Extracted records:
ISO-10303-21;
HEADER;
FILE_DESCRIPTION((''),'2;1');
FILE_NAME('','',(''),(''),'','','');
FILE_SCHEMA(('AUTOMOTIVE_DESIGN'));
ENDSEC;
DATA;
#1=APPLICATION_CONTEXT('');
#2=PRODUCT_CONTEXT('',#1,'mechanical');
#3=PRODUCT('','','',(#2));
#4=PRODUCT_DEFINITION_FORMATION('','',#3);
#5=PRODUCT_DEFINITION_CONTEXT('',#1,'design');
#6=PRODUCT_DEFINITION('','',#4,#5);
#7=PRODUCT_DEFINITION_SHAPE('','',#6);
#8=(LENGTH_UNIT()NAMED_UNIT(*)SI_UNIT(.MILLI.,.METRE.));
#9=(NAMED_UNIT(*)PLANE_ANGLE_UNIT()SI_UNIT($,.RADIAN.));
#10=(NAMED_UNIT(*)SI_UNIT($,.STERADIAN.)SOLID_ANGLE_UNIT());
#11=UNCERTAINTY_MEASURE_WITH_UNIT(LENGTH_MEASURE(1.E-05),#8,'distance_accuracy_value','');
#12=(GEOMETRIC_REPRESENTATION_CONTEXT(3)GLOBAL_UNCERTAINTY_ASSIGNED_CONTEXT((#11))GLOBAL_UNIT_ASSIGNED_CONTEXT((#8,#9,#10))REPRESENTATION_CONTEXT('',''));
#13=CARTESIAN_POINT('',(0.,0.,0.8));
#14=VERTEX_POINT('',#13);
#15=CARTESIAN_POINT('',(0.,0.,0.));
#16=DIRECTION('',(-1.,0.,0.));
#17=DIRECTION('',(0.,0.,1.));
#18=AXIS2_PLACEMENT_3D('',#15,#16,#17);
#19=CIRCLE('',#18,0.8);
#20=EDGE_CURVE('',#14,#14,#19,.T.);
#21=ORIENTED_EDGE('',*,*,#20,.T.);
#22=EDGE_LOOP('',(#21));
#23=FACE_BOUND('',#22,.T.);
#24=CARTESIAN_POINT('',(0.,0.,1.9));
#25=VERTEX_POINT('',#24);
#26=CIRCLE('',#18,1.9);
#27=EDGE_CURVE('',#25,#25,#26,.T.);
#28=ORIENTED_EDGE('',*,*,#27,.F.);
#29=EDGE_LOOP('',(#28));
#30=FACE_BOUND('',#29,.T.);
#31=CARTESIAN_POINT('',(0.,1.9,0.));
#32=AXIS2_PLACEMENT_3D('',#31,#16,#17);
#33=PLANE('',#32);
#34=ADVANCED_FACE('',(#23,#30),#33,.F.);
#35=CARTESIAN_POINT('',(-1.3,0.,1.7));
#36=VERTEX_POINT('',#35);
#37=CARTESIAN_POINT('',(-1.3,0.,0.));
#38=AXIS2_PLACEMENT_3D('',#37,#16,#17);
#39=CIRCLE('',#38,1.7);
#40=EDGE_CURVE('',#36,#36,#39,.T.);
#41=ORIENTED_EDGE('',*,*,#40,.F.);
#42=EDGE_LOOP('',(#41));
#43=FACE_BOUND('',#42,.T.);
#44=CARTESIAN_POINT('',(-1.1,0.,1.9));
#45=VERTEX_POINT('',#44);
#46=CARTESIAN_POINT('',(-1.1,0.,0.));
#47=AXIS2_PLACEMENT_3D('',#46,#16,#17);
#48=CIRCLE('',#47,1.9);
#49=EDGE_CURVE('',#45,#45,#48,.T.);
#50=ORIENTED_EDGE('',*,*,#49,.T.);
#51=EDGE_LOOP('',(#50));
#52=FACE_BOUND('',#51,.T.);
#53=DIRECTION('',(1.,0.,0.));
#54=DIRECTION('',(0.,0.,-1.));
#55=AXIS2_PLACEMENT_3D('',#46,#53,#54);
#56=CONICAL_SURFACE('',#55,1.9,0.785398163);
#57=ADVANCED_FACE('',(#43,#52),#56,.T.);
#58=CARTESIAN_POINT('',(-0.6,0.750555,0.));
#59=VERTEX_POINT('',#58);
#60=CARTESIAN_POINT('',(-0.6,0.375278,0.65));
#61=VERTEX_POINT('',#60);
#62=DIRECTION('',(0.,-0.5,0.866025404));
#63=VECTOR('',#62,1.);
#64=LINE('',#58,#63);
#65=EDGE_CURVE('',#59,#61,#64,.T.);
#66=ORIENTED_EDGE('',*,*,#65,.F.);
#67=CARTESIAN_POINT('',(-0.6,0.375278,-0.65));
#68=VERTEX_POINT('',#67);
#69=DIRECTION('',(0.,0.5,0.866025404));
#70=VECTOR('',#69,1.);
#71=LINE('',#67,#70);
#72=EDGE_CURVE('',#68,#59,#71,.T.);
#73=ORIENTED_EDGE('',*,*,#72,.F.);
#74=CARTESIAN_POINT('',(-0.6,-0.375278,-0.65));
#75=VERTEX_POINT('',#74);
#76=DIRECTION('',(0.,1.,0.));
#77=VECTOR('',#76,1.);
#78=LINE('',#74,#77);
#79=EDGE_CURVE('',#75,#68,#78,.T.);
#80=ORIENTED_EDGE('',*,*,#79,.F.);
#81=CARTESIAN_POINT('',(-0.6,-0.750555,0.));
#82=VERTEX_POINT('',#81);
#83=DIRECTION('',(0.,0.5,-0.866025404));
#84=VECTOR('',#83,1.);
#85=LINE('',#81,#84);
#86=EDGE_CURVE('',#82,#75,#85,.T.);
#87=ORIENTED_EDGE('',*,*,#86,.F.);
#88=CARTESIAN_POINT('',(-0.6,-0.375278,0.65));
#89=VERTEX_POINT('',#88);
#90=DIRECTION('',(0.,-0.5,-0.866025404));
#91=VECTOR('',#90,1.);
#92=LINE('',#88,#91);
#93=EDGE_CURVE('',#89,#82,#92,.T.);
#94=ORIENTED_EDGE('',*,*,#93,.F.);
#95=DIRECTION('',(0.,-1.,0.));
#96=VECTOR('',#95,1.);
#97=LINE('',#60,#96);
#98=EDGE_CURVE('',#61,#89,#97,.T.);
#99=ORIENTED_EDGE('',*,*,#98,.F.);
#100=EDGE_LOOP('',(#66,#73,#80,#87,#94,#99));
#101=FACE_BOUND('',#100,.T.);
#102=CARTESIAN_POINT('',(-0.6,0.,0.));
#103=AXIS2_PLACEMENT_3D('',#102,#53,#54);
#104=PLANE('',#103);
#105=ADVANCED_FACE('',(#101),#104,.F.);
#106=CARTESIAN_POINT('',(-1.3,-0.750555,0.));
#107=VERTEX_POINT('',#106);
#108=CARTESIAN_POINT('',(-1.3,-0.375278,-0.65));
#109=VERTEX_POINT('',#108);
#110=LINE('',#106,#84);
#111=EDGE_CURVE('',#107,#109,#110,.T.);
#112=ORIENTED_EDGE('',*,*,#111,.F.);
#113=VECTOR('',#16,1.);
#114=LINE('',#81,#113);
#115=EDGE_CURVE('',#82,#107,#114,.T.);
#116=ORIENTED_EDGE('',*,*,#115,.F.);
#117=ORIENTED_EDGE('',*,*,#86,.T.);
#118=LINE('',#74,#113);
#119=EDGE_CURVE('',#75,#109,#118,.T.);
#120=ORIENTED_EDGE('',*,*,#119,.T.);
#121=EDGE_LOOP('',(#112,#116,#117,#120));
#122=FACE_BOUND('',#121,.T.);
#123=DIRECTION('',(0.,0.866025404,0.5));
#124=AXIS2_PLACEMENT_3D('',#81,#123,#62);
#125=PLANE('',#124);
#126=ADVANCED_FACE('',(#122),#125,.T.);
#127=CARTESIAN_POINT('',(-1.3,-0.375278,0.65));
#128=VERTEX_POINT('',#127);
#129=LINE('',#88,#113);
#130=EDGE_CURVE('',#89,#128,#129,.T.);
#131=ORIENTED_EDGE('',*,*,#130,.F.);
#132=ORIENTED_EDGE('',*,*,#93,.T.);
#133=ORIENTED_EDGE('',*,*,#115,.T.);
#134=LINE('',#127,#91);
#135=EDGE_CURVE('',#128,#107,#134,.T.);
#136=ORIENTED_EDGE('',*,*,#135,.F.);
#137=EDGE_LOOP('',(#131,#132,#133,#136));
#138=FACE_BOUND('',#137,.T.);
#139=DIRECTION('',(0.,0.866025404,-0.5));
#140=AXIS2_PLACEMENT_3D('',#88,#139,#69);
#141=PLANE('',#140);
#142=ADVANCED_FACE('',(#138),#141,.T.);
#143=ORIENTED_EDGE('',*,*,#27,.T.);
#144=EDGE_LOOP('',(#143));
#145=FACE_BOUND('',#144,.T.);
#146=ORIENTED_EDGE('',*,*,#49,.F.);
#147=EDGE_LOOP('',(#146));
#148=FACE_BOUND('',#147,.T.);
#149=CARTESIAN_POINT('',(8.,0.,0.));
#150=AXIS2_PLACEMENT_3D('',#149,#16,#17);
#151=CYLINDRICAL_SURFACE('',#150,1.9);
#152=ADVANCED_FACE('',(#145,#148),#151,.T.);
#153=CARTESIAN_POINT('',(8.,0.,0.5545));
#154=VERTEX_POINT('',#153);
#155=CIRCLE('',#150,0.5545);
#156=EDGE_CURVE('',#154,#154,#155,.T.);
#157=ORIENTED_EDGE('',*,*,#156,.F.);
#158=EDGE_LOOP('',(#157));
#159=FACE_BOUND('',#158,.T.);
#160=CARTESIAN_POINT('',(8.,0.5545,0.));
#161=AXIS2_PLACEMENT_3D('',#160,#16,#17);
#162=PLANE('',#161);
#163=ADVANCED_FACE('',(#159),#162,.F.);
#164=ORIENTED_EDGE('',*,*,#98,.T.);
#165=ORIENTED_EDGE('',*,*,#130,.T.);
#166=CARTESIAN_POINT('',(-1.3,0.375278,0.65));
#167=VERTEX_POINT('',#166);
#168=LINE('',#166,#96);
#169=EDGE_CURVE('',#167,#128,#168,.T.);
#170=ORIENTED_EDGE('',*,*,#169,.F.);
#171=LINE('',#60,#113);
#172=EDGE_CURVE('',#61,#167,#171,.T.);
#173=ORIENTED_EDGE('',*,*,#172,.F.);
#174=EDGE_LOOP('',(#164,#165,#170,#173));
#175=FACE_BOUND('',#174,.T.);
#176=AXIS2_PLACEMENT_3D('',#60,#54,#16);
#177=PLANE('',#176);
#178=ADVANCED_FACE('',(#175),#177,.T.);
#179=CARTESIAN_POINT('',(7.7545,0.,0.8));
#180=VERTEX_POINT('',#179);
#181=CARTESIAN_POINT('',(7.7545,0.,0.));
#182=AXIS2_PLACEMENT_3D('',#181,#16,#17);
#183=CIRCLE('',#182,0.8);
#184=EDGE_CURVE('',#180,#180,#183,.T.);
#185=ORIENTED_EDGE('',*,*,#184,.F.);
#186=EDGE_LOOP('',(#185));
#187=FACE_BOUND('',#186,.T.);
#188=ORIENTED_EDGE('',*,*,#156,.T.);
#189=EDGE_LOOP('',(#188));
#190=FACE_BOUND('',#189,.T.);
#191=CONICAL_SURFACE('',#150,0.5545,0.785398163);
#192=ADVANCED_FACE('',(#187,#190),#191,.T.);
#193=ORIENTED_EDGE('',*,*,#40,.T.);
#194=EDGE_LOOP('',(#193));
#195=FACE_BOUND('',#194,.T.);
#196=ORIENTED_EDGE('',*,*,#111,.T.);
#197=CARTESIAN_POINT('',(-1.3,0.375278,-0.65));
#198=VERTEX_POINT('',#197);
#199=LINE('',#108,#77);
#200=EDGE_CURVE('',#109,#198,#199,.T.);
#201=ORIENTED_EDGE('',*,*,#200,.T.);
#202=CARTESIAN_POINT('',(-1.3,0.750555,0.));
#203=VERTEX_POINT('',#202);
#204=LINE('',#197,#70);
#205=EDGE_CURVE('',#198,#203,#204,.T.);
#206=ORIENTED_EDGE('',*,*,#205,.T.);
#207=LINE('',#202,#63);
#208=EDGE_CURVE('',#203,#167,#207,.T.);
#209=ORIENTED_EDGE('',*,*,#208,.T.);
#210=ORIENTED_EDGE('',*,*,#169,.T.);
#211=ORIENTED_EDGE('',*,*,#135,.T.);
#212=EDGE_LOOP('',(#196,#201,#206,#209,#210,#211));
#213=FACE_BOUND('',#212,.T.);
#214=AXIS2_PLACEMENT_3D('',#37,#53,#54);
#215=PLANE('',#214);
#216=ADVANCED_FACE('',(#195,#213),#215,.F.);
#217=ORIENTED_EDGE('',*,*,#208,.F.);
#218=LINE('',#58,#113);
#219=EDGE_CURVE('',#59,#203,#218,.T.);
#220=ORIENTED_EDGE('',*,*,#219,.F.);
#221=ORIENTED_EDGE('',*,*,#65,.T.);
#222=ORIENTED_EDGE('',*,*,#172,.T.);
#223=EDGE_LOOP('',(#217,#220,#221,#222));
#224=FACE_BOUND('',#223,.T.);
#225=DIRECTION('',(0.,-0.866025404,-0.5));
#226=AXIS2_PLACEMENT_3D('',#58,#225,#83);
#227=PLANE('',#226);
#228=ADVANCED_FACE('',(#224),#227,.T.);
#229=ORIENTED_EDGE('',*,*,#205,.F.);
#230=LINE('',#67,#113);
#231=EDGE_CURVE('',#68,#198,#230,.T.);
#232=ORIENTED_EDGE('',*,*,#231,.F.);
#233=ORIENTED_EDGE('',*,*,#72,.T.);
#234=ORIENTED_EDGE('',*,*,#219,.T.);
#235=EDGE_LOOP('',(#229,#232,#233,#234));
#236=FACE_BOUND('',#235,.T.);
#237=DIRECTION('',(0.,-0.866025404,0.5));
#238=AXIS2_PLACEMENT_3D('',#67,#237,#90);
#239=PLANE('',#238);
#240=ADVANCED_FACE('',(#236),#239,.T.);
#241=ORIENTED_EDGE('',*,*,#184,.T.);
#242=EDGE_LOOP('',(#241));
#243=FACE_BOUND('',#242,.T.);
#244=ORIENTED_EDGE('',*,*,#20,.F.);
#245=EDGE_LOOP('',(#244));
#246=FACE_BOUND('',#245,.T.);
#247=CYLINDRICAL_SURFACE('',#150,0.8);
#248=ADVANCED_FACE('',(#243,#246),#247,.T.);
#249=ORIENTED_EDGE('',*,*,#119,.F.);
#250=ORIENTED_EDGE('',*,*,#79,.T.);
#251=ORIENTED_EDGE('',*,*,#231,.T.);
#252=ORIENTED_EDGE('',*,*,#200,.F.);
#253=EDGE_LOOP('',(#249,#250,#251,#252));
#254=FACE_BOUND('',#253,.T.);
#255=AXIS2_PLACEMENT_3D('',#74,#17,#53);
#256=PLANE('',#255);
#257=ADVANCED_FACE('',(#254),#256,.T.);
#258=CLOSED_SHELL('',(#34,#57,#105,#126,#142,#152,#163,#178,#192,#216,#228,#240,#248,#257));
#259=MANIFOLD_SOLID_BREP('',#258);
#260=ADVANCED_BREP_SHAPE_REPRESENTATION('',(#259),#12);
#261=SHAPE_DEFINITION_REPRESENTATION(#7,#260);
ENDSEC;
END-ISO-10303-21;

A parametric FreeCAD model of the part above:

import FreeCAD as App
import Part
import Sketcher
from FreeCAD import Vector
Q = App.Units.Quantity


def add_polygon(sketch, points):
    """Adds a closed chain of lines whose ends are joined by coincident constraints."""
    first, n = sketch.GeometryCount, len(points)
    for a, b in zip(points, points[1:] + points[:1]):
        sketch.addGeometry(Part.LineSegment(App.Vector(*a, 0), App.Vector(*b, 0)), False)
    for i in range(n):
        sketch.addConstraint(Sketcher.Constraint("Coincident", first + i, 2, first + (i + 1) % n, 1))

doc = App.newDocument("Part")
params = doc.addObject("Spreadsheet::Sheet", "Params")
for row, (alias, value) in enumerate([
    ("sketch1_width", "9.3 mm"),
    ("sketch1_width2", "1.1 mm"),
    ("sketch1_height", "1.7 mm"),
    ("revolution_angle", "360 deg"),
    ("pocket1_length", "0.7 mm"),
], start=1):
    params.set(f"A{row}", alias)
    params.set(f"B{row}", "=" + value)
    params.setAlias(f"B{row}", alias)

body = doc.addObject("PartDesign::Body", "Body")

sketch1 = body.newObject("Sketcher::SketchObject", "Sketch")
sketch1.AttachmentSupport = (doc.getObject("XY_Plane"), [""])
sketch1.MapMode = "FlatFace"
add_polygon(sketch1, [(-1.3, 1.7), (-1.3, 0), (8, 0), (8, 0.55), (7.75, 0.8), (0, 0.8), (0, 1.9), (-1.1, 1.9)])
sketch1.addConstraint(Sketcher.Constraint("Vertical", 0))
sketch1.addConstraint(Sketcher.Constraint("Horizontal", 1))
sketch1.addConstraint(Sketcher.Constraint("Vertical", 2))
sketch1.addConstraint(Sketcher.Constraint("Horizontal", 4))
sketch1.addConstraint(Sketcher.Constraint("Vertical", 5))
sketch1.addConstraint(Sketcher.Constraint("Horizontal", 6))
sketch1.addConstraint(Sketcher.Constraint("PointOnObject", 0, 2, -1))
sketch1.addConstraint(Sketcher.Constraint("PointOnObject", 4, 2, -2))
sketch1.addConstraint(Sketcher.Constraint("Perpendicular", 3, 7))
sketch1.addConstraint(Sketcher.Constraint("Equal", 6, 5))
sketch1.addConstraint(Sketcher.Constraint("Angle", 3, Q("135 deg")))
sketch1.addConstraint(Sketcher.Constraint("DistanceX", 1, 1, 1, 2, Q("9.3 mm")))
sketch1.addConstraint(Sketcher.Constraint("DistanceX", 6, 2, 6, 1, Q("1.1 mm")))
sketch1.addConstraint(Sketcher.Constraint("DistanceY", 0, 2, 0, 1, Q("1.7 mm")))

Exercise goal - From the records above, reproduce exactly the lines from the one with "#239=PLANE('',#238);" to the one with "#246=FACE_BOUND('',#245,.T.);", both included, and no others.

Answer area -
#239=PLANE('',#238);
#240=ADVANCED_FACE('',(#236),#239,.T.);
#241=ORIENTED_EDGE('',*,*,#184,.T.);
#242=EDGE_LOOP('',(#241));
#243=FACE_BOUND('',#242,.T.);
#244=ORIENTED_EDGE('',*,*,#20,.F.);
#245=EDGE_LOOP('',(#244));
#246=FACE_BOUND('',#245,.T.);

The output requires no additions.